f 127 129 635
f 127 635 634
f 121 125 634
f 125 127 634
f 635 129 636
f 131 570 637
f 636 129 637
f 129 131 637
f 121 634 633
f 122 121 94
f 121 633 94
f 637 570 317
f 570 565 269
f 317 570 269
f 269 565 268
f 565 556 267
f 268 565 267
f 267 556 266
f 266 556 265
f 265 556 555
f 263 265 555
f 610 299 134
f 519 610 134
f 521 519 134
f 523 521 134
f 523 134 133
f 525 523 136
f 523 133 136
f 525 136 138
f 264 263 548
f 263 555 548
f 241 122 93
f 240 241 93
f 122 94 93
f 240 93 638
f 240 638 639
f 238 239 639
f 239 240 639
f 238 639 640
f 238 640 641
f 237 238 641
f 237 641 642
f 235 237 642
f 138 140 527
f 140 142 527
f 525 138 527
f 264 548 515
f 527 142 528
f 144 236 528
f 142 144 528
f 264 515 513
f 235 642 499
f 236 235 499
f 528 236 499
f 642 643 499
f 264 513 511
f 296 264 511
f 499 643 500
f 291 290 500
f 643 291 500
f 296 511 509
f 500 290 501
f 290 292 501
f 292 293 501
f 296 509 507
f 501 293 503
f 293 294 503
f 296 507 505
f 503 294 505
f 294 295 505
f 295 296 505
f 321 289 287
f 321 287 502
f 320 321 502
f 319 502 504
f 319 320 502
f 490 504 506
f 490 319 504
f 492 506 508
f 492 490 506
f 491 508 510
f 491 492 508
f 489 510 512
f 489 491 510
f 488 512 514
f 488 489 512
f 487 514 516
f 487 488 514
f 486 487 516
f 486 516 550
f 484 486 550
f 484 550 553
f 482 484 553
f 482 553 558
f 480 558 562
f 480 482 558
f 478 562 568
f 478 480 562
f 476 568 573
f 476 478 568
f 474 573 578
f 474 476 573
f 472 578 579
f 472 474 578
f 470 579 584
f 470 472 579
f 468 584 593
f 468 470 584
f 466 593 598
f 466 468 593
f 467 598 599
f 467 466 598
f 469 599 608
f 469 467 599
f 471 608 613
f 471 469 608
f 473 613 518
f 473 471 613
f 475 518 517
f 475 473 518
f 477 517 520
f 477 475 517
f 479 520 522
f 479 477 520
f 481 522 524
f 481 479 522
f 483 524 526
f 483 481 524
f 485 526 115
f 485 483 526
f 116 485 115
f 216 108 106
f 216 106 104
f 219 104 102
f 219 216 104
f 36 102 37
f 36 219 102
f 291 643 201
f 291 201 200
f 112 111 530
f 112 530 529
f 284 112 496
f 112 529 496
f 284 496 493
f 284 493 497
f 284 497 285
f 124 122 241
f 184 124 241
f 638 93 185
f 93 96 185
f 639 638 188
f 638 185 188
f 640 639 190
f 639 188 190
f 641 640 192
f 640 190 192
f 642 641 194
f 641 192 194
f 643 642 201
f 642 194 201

> [PROBLEM TO SOLVE] Copy the line containing "f 320 321 502" and every line after it, through the last line of the records. Include nothing else.

> [SOLUTION TO THIS TASK]
f 320 321 502
f 319 502 504
f 319 320 502
f 490 504 506
f 490 319 504
f 492 506 508
f 492 490 506
f 491 508 510
f 491 492 508
f 489 510 512
f 489 491 510
f 488 512 514
f 488 489 512
f 487 514 516
f 487 488 514
f 486 487 516
f 486 516 550
f 484 486 550
f 484 550 553
f 482 484 553
f 482 553 558
f 480 558 562
f 480 482 558
f 478 562 568
f 478 480 562
f 476 568 573
f 476 478 568
f 474 573 578
f 474 476 573
f 472 578 579
f 472 474 578
f 470 579 584
f 470 472 579
f 468 584 593
f 468 470 584
f 466 593 598
f 466 468 593
f 467 598 599
f 467 466 598
f 469 599 608
f 469 467 599
f 471 608 613
f 471 469 608
f 473 613 518
f 473 471 613
f 475 518 517
f 475 473 518
f 477 517 520
f 477 475 517
f 479 520 522
f 479 477 520
f 481 522 524
f 481 479 522
f 483 524 526
f 483 481 524
f 485 526 115
f 485 483 526
f 116 485 115
f 216 108 106
f 216 106 104
f 219 104 102
f 219 216 104
f 36 102 37
f 36 219 102
f 291 643 201
f 291 201 200
f 112 111 530
f 112 530 529
f 284 112 496
f 112 529 496
f 284 496 493
f 284 493 497
f 284 497 285
f 124 122 241
f 184 124 241
f 638 93 185
f 93 96 185
f 639 638 188
f 638 185 188
f 640 639 190
f 639 188 190
f 641 640 192
f 640 190 192
f 642 641 194
f 641 192 194
f 643 642 201
f 642 194 201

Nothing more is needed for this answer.